**Aim of the exercise**
Print exactly the lines below between the line holding "f 314 308 313" and the line holding "f 351 347 352", inclusive, and nothing more.

(Collected data)
================================
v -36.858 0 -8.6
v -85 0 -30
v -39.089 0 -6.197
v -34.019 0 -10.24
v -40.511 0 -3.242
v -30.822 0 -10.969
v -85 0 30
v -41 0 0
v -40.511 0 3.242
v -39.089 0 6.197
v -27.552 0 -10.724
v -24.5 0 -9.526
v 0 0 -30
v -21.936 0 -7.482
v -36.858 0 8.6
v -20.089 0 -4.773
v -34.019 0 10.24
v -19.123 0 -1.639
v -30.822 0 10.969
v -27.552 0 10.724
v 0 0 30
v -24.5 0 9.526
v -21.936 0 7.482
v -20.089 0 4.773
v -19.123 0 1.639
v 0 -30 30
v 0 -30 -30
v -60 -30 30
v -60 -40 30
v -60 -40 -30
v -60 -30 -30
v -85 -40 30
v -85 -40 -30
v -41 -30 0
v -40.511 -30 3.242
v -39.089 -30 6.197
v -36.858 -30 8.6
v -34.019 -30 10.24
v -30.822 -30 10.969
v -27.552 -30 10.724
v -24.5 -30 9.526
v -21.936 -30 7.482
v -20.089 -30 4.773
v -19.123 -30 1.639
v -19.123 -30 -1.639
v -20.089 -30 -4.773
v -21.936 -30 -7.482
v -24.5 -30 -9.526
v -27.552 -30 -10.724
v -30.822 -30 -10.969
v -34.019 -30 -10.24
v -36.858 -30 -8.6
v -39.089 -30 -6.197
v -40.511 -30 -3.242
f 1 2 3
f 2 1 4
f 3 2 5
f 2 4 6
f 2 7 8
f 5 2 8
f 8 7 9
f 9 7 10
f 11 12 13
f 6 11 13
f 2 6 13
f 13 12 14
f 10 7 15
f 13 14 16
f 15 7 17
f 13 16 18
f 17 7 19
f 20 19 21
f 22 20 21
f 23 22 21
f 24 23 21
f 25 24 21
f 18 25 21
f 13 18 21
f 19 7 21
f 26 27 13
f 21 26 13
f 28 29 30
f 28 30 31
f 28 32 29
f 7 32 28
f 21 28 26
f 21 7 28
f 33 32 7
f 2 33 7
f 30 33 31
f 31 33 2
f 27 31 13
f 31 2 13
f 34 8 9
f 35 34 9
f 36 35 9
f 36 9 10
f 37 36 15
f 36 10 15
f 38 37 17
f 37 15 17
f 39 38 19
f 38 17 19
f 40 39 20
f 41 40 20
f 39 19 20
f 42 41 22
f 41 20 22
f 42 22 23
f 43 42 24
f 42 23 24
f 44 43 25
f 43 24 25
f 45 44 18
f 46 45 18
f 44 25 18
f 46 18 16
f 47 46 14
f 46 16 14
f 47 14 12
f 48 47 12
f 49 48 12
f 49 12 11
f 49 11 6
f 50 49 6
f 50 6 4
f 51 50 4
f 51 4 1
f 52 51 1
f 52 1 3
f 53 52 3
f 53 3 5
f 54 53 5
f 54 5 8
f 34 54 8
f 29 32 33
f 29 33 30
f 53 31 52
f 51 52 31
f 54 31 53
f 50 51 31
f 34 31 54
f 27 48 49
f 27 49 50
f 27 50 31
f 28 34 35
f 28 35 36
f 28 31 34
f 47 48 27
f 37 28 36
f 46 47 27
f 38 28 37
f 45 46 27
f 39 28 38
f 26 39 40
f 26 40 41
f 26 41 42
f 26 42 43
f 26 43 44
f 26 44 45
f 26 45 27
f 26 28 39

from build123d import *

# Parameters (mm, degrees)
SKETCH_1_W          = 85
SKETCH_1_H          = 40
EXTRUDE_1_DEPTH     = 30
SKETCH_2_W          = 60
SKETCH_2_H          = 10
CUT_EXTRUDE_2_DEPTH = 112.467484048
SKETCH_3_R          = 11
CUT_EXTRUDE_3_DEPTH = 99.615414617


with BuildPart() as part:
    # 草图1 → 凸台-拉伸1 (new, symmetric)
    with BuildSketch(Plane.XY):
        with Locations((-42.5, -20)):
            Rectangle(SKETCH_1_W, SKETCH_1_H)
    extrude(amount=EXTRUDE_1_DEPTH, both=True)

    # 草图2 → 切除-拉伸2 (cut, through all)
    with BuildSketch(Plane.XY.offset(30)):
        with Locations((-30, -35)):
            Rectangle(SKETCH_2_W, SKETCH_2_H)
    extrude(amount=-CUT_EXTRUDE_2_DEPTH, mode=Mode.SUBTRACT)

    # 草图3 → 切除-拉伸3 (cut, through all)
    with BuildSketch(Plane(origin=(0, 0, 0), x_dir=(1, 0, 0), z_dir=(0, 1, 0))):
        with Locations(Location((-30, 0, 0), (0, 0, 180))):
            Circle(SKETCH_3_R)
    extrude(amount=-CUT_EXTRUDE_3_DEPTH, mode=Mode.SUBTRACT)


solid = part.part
================================
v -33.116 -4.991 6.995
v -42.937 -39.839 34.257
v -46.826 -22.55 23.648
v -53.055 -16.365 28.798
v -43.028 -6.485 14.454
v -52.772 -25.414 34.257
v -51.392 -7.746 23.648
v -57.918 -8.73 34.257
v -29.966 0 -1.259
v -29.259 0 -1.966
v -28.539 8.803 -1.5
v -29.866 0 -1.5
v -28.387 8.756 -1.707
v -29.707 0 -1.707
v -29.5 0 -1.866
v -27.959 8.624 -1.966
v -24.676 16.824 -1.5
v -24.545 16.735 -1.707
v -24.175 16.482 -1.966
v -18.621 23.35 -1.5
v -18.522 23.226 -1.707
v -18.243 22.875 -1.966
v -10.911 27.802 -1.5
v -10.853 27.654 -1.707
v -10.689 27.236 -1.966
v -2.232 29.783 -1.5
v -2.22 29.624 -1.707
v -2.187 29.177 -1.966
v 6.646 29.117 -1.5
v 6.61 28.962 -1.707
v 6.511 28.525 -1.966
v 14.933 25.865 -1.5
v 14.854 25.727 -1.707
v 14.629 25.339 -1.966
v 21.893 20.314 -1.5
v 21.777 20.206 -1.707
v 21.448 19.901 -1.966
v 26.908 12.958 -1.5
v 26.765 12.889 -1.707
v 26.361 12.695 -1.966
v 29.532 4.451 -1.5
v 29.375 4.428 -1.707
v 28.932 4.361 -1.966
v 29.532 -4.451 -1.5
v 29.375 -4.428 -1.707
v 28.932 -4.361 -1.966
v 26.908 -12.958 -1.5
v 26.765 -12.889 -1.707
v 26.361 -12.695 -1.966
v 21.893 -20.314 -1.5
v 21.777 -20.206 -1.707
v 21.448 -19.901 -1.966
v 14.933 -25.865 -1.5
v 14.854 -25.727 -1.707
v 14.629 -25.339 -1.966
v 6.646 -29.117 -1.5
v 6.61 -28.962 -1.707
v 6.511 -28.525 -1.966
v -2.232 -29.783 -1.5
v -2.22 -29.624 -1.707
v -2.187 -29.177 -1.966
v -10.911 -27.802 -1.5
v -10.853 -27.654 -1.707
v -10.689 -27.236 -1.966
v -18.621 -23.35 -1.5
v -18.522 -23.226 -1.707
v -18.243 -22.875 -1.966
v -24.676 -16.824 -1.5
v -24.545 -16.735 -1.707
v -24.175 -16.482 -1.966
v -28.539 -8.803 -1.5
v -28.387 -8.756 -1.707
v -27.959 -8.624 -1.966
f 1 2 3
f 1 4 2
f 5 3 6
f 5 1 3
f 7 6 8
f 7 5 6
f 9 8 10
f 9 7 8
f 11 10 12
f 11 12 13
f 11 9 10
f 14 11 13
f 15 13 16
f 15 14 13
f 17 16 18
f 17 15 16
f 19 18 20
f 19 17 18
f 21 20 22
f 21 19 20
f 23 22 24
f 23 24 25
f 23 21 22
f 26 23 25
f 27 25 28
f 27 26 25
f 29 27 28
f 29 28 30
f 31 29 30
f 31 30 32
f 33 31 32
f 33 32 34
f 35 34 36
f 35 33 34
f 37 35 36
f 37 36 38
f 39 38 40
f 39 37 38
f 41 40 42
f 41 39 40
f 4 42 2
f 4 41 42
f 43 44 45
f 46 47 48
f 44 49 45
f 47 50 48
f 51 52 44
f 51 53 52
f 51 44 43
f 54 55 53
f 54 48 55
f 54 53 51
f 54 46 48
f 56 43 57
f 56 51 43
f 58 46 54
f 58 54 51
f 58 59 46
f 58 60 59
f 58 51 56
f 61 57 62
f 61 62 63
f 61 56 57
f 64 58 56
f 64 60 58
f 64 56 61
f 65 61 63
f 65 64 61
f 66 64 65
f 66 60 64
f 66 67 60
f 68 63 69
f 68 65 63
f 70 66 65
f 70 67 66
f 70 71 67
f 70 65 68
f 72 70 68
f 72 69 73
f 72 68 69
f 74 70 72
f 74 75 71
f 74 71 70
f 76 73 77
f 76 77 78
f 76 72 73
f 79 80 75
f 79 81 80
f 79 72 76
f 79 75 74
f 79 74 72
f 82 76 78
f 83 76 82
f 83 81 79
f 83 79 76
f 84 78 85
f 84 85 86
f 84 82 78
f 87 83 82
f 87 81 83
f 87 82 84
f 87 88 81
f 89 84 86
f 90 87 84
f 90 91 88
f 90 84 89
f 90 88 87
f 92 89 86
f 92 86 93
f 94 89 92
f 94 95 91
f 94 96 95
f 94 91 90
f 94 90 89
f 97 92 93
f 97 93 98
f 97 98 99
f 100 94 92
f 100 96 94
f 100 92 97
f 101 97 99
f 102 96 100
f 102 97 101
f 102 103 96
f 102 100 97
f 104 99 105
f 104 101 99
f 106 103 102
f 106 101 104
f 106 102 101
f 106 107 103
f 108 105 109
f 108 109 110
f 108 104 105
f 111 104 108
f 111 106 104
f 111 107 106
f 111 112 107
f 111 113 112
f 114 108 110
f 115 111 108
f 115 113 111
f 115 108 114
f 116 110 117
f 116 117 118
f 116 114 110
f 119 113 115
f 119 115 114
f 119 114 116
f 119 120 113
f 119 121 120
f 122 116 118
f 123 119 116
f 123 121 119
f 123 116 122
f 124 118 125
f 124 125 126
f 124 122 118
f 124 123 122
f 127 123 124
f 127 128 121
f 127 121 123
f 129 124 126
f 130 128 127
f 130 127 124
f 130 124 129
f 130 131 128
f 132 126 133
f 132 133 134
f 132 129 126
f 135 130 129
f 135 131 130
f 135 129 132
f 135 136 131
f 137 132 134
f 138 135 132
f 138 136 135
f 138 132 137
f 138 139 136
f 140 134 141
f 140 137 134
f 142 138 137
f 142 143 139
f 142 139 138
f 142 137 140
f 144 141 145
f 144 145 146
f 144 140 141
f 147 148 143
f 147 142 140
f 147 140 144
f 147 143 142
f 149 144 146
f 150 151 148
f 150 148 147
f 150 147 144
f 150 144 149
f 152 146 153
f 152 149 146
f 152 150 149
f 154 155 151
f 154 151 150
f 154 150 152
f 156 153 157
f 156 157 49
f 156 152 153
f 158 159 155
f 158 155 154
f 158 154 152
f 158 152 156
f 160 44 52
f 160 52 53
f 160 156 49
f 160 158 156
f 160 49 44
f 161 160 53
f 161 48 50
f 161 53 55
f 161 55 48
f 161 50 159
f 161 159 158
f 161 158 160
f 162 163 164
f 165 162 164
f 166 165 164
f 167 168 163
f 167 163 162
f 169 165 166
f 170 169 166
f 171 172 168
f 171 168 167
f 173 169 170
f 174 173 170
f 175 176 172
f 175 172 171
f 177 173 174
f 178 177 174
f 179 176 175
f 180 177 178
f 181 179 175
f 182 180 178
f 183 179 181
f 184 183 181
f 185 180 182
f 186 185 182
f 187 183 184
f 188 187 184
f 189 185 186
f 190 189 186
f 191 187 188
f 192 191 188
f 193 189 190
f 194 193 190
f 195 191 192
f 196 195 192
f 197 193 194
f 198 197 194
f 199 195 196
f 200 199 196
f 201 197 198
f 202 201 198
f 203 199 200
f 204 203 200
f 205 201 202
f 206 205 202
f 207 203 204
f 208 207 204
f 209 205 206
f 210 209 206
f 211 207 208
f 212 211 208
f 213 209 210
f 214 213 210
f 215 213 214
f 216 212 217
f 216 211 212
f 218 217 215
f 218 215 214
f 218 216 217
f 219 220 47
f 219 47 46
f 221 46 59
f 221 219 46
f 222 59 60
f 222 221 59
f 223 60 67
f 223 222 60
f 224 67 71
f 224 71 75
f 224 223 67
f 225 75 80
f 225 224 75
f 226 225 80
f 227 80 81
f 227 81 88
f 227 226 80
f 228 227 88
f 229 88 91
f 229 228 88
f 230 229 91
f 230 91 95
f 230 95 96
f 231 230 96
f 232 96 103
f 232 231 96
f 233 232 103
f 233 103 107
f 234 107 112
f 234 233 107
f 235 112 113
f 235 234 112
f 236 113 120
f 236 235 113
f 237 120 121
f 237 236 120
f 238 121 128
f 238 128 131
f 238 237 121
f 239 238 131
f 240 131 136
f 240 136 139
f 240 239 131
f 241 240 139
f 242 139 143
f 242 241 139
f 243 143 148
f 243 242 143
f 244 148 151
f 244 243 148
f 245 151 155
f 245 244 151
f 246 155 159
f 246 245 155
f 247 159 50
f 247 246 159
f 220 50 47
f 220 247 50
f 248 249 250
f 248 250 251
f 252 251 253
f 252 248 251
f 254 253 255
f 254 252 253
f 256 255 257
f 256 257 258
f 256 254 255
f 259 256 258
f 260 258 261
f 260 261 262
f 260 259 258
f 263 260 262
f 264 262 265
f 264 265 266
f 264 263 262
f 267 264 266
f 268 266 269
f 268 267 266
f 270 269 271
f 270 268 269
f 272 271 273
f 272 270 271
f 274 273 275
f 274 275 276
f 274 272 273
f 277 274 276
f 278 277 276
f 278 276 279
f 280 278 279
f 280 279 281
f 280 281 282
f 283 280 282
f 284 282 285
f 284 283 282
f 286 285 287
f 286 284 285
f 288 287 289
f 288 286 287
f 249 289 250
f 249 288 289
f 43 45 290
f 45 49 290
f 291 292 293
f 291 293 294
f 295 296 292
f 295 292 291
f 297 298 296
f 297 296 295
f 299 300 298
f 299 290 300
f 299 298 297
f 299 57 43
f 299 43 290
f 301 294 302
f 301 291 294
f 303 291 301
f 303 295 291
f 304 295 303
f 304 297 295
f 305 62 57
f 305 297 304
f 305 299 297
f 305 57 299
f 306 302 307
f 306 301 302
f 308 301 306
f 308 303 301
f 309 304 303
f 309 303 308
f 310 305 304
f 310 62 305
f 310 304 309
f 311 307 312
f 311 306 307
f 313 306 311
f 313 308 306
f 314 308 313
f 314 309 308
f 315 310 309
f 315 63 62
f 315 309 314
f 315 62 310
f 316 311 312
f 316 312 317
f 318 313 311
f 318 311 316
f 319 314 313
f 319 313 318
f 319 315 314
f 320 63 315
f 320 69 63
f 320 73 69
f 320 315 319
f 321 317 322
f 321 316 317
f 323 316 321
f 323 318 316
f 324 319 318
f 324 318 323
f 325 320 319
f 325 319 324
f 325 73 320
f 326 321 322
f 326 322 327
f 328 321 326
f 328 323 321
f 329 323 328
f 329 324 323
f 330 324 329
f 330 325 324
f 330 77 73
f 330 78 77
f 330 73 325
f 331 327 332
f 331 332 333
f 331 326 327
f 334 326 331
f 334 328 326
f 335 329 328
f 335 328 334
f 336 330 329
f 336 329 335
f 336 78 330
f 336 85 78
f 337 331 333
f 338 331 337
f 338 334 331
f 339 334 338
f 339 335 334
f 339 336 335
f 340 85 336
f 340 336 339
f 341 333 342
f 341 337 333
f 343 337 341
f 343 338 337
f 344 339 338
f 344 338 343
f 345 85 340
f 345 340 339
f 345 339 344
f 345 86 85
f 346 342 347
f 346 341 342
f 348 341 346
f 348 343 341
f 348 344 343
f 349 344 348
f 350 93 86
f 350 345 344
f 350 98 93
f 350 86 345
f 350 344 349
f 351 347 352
================================
**Solution**
f 314 308 313
f 314 309 308
f 315 310 309
f 315 63 62
f 315 309 314
f 315 62 310
f 316 311 312
f 316 312 317
f 318 313 311
f 318 311 316
f 319 314 313
f 319 313 318
f 319 315 314
f 320 63 315
f 320 69 63
f 320 73 69
f 320 315 319
f 321 317 322
f 321 316 317
f 323 316 321
f 323 318 316
f 324 319 318
f 324 318 323
f 325 320 319
f 325 319 324
f 325 73 320
f 326 321 322
f 326 322 327
f 328 321 326
f 328 323 321
f 329 323 328
f 329 324 323
f 330 324 329
f 330 325 324
f 330 77 73
f 330 78 77
f 330 73 325
f 331 327 332
f 331 332 333
f 331 326 327
f 334 326 331
f 334 328 326
f 335 329 328
f 335 328 334
f 336 330 329
f 336 329 335
f 336 78 330
f 336 85 78
f 337 331 333
f 338 331 337
f 338 334 331
f 339 334 338
f 339 335 334
f 339 336 335
f 340 85 336
f 340 336 339
f 341 333 342
f 341 337 333
f 343 337 341
f 343 338 337
f 344 339 338
f 344 338 343
f 345 85 340
f 345 340 339
f 345 339 344
f 345 86 85
f 346 342 347
f 346 341 342
f 348 341 346
f 348 343 341
f 348 344 343
f 349 344 348
f 350 93 86
f 350 345 344
f 350 98 93
f 350 86 345
f 350 344 349
f 351 347 352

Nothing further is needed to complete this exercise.